中学の時の英語の先生が、毎回授業の冒頭に、英語の歌の聞き取りの時間を設けてくれた。最初はただの暗号か、機械音にしか聞こえなかった歌詞が、回数を重ねることで言葉として頭にはいってくる。サウンドからは、想像できないメッセージがこめられていると分かると、胸が熱くなった。それが私が英語が好きになった瞬間だ。私の聞いた音楽はほぼアメリカで有名になったとしり、アメリカのことを調べてるうちに憧れになった。他の国を調べたわけではないけれど、とても強く惹かれたのだ。日本を越える自然もあれば、眠らない大都市もある、そして人々には自由があり、自信もある。英語が出来れば、もっともっとアメリカを知ることができる思った。とにかく英語のテストでクラスで一番になれるよう全力を尽くした。

高校生でやっと夢が叶い、アメリカで2週間ホームステイをした。しかしホストファミリーは、大きくアメリカでホストシスターに連れられていった協会で、私と同い年位の子がたくさんいたのに、Hi.としか言えなかった。ホストファミリーには、どうしたい、何がしたいと聞かれても英語で伝えるのは思った以上に時間がかかる。料理にも「おいしい」しか言えない。自分の会話力の無さにただただ飽きれた。日本の学校の勉強では、読めるようにはなるが話すことは上達しない。中学、高校合わせて6年間も勉強していてなぜ日本人は英語がこんなに出来ないのか。だれも疑問に思わないのだろうか。私は今までのような勉強を続けて、本当に英語を自分の言葉に出来るか不安だった。
しかしホストマザーは私の英語を褒めてくれた。発音じゃない、文法じゃない、英語をはなそうと努力している姿がかっこいいと。もっと自信をもちなさいと。そして「あなたは私の娘」そう囁いてくれた。なんだか気持ちが楽になって、英語への考え方が変わった。ネイティヴの完璧な英語を求めるのをやめて、自分の英語を身につけようと。

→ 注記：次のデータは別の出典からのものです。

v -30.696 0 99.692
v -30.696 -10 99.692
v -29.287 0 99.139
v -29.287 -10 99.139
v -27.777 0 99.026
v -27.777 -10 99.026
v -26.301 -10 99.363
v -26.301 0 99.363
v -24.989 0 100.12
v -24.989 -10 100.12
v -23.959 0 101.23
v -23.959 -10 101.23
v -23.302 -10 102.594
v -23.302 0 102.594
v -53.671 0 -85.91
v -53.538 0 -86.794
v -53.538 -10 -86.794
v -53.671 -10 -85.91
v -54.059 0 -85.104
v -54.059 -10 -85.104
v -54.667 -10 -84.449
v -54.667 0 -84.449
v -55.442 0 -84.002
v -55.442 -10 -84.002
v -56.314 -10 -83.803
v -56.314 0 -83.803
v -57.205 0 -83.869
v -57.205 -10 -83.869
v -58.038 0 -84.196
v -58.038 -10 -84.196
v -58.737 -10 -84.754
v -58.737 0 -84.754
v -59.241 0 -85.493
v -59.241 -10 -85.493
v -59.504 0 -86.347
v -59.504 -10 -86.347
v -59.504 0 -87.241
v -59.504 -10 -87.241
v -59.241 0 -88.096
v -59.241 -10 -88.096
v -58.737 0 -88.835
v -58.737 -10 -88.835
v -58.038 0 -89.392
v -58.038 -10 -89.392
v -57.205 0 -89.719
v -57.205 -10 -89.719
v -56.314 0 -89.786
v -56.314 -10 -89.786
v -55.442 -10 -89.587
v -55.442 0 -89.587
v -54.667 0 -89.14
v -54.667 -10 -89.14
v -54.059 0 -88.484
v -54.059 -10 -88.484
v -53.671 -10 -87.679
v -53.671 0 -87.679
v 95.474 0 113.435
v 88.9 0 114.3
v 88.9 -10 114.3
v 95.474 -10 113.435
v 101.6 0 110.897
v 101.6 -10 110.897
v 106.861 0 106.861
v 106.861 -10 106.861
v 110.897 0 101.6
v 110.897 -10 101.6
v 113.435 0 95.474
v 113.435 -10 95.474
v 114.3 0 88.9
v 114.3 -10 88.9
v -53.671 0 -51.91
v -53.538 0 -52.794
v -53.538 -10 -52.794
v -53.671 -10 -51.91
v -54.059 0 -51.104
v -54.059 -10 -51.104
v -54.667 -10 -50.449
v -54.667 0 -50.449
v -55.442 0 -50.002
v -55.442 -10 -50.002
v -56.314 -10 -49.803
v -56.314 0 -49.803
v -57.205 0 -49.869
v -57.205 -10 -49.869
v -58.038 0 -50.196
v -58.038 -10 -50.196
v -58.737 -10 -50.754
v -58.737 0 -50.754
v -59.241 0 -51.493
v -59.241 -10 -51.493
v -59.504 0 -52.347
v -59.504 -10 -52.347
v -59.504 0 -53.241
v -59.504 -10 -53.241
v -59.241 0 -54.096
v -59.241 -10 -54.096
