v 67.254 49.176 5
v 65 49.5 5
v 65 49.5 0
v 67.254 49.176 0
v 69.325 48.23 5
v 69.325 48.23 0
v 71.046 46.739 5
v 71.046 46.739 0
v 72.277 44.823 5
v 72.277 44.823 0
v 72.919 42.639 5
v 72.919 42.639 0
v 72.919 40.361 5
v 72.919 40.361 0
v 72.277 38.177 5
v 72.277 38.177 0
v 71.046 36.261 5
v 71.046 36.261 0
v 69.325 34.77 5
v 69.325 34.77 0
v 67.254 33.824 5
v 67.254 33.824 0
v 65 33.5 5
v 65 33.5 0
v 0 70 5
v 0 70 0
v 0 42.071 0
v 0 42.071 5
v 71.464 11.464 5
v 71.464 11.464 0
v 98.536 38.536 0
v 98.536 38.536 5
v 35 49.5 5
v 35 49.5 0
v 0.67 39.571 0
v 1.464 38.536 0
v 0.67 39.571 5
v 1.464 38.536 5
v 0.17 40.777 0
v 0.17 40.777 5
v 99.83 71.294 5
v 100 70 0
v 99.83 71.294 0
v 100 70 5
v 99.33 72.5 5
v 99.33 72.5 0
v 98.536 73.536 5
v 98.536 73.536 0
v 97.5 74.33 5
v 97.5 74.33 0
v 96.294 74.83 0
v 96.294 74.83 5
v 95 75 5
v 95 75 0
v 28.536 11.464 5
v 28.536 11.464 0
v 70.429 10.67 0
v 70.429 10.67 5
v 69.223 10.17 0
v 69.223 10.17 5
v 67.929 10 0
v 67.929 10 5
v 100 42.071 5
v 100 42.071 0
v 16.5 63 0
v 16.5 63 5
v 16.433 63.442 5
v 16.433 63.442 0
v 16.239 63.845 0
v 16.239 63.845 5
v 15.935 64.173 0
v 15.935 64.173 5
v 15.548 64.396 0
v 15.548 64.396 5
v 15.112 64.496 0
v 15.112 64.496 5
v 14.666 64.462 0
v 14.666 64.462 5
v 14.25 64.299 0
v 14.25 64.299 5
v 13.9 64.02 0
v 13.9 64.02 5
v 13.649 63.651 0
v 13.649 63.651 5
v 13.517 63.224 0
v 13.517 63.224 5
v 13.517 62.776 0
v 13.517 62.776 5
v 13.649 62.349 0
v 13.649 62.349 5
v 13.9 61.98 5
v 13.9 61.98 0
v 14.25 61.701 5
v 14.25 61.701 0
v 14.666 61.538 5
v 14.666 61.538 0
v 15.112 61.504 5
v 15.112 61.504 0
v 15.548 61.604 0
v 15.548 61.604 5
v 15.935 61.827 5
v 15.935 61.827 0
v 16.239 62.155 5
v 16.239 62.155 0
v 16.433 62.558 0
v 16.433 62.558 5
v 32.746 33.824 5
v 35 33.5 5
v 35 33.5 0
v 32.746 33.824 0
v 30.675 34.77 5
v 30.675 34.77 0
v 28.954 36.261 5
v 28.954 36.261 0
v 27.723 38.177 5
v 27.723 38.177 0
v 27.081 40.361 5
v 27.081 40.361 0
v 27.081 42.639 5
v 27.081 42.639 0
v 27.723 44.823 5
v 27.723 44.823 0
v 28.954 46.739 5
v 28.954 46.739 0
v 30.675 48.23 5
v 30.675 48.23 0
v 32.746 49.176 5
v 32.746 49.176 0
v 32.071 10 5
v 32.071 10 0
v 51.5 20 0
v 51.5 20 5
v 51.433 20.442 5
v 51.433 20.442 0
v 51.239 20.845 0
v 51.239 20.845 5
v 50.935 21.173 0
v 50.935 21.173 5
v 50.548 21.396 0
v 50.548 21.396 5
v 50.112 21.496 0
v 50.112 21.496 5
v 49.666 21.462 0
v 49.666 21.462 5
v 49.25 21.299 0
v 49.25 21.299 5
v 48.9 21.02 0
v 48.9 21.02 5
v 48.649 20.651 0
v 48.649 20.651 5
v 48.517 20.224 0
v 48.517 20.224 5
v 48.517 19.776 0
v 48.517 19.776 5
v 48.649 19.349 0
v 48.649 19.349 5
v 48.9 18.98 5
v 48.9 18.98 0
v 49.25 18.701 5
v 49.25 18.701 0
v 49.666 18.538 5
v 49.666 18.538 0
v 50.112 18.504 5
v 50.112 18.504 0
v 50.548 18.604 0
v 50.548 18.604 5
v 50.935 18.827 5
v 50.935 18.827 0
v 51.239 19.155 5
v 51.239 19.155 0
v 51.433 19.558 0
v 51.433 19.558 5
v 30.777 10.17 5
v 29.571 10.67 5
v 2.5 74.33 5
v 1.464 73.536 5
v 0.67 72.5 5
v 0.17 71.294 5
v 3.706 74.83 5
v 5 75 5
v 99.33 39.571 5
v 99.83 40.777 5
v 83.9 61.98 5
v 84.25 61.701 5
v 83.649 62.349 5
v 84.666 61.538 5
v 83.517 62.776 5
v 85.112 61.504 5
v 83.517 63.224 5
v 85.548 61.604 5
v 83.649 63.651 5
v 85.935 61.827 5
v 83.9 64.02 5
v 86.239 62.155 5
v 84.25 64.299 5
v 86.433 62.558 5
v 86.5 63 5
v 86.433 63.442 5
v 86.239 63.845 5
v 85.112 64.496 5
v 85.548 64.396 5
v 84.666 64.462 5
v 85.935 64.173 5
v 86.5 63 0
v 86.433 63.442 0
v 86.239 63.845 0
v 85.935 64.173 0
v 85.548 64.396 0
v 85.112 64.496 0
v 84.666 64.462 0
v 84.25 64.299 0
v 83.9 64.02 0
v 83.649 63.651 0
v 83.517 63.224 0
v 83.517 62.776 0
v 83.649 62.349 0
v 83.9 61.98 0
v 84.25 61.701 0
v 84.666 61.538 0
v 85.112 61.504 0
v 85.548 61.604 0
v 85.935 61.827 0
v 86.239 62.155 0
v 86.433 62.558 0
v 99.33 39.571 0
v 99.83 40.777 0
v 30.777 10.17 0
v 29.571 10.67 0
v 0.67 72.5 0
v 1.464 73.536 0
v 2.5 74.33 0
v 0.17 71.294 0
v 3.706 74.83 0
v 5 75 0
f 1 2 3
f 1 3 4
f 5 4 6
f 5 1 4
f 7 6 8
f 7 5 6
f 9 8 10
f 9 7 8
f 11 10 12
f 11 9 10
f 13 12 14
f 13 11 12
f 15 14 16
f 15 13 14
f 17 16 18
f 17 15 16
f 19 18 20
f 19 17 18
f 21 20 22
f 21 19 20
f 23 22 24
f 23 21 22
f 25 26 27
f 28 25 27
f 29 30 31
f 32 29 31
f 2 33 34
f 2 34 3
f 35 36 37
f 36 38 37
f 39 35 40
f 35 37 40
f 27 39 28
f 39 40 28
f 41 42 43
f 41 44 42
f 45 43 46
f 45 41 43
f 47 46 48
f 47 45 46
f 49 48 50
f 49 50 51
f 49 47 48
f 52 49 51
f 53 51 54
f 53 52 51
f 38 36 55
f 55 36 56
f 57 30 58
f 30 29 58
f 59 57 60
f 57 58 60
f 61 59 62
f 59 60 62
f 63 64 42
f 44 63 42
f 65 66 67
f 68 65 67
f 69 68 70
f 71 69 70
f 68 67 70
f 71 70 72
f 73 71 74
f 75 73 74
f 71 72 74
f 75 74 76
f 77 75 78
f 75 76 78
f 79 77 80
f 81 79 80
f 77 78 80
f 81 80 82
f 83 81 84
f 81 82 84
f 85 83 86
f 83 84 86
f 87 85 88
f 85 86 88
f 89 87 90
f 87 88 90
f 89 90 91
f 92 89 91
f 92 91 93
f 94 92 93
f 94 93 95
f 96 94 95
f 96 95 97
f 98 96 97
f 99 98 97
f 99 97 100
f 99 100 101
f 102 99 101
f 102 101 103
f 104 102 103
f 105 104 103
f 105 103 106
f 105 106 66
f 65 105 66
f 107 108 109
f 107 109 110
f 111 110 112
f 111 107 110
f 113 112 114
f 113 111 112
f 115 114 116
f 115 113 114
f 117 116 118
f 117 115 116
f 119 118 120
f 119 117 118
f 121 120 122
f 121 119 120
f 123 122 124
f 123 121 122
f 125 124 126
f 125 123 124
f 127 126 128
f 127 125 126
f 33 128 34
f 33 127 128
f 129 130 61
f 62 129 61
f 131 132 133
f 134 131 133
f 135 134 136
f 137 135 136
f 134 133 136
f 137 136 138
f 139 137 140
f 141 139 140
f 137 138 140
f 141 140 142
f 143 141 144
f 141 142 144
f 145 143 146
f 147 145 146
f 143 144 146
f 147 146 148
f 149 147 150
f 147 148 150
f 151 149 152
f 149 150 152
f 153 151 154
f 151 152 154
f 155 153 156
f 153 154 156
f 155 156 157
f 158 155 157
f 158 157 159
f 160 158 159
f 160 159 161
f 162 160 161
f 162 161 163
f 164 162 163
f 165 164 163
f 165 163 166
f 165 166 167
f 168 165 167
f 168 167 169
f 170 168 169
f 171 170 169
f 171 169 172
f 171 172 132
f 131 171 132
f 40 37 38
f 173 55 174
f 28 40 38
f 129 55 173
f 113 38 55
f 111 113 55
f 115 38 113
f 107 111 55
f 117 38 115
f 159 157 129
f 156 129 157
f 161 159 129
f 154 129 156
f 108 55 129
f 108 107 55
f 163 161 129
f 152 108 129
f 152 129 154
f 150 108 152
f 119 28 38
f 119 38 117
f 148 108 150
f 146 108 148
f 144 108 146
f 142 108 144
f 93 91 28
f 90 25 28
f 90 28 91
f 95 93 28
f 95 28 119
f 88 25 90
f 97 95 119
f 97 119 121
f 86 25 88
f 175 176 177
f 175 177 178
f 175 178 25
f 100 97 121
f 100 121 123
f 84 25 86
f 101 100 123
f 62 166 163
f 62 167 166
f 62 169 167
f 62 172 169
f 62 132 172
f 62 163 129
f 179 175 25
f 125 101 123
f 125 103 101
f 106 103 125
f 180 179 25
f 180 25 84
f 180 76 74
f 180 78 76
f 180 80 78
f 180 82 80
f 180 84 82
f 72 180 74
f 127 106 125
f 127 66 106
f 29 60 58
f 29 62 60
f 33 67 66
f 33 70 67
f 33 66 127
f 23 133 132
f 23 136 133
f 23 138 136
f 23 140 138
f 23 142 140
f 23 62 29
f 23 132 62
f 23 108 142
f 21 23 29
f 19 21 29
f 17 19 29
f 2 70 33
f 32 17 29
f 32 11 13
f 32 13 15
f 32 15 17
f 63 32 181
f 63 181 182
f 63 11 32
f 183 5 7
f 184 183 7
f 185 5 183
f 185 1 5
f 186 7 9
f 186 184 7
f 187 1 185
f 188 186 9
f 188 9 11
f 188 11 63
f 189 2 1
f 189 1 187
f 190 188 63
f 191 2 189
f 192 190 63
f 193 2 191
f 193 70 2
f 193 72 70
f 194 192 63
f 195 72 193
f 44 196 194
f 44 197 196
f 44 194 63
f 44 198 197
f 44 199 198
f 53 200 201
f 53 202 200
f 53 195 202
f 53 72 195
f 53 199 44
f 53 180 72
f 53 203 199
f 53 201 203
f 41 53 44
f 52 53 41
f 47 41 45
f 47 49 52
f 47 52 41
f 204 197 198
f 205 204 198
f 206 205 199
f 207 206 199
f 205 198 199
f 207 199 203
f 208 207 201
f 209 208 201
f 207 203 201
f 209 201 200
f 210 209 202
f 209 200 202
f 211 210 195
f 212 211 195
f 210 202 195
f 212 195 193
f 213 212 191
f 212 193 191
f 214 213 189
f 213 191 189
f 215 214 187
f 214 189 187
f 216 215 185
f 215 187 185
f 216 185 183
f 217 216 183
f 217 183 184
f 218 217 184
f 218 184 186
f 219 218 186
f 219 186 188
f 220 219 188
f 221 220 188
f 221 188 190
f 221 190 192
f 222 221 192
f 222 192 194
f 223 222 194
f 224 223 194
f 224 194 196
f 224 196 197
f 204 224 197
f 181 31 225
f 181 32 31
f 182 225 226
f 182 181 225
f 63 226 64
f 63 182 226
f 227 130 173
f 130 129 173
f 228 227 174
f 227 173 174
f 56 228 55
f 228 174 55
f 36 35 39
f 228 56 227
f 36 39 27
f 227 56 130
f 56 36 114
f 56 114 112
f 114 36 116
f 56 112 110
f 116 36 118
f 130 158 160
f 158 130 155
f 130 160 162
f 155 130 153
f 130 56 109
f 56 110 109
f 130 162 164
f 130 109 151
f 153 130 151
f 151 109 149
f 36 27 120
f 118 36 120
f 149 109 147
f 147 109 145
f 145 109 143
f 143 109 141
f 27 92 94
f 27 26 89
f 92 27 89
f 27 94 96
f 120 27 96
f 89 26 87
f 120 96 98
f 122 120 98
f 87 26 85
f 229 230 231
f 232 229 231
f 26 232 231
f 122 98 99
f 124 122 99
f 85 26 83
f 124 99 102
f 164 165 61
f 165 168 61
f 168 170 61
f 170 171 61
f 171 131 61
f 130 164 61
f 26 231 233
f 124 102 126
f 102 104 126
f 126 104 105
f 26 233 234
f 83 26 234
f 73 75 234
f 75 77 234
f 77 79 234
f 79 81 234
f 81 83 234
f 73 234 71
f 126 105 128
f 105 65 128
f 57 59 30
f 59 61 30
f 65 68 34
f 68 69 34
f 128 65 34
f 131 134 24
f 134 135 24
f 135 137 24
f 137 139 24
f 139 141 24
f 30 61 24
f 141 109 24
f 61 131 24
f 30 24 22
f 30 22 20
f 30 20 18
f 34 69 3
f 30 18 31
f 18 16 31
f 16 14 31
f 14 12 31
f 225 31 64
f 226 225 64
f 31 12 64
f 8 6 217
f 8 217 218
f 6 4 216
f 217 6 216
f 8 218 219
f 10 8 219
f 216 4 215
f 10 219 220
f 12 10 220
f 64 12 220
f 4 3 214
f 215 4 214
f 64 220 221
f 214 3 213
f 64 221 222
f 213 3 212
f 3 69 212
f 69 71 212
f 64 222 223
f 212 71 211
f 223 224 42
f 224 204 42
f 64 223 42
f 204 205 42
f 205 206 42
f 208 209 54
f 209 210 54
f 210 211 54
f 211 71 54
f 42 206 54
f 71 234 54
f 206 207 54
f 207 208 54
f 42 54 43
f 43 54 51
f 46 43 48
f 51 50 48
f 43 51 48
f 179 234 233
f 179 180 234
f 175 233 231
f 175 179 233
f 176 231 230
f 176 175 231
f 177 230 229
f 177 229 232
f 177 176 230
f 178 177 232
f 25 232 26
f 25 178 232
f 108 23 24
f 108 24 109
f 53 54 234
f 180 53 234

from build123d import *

# Parameters (mm, degrees)
BOSS_EXTRUDE1_DEPTH = 5
SKETCH3_R           = 1.5
CUT_EXTRUDE3_DEPTH  = 126.099960032
FILLET1_R           = 5
FILLET2_R           = 5
FILLET3_R           = 5
FILLET4_R           = 5
FILLET5_R           = 5
FILLET6_R           = 5


with BuildPart() as part:
    # Sketch1 → Boss-Extrude1 (new body)
    with BuildSketch(Plane.XY):
        Polygon((0, 40), (30, 10), (70, 10), (100, 40), (100, 75), (0, 75), align=None)
    extrude(amount=BOSS_EXTRUDE1_DEPTH)

    # Sketch3 → Cut-Extrude3 (cut, through all)
    with BuildSketch(Plane.XY.offset(5)):
        with Locations((50, 20)):
            Circle(SKETCH3_R)
        with Locations((85, 63)):
            Circle(SKETCH3_R)
        with Locations((15, 63)):
            Circle(SKETCH3_R)
        with BuildLine():
            Line((35, 49.5), (65, 49.5))
            ThreePointArc((65, 49.5), (73, 41.5), (65, 33.5))
            Line((65, 33.5), (35, 33.5))
            ThreePointArc((35, 33.5), (27, 41.5), (35, 49.5))
        make_face()
    extrude(amount=-CUT_EXTRUDE3_DEPTH, mode=Mode.SUBTRACT)

    # Fillet1
    fillet1_edges = [part.edges().sort_by_distance(p)[0] for p in [
        (0, 40, 2.5),
    ]]
    fillet(fillet1_edges, radius=FILLET1_R)

    # Fillet2
    fillet2_edges = [part.edges().sort_by_distance(p)[0] for p in [
        (100, 40, 2.5),
    ]]
    fillet(fillet2_edges, radius=FILLET2_R)

    # Fillet3
    fillet3_edges = [part.edges().sort_by_distance(p)[0] for p in [
        (70, 10, 2.5),
    ]]
    fillet(fillet3_edges, radius=FILLET3_R)

    # Fillet4
    fillet4_edges = [part.edges().sort_by_distance(p)[0] for p in [
        (30, 10, 2.5),
    ]]
    fillet(fillet4_edges, radius=FILLET4_R)

    # Fillet5
    fillet5_edges = [part.edges().sort_by_distance(p)[0] for p in [
        (100, 75, 2.5),
    ]]
    fillet(fillet5_edges, radius=FILLET5_R)

    # Fillet6
    fillet6_edges = [part.edges().sort_by_distance(p)[0] for p in [
        (0, 75, 2.5),
    ]]
    fillet(fillet6_edges, radius=FILLET6_R)


solid = part.part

大切な人に大切なメッセージを伝えたり、相手のことを理解したいから。これが多くの人が英語を学習する理由だ。私もその一人。もどかしい思いはしたくない。ただ感じる思いをそのまま自分の言葉にしたいのだ。
いま日本でグローバルという言葉をよくみかける。もっと地球規模で行動できる人材を育成するための改革が、進められている証拠だ。私はとてもいい時代に生きているのかもしれない。
自分が努力するのを支えてくれるシステムが整えられているのだ。

マリンという私の名前は、少し英語に近い気がしないだろうか。母が、海外でも誰からでも呼んでもらえるように、世界を舞台に活躍してほしいと、願いをこめたものだ。
私は今、偶然にも母が思い描いた道のうえを歩いている。
何年かかるか分からない、それでも私は勉強を続けたい。そして、日本と海外を結ぶ商社で働きたい。英語は私の一生の恋人。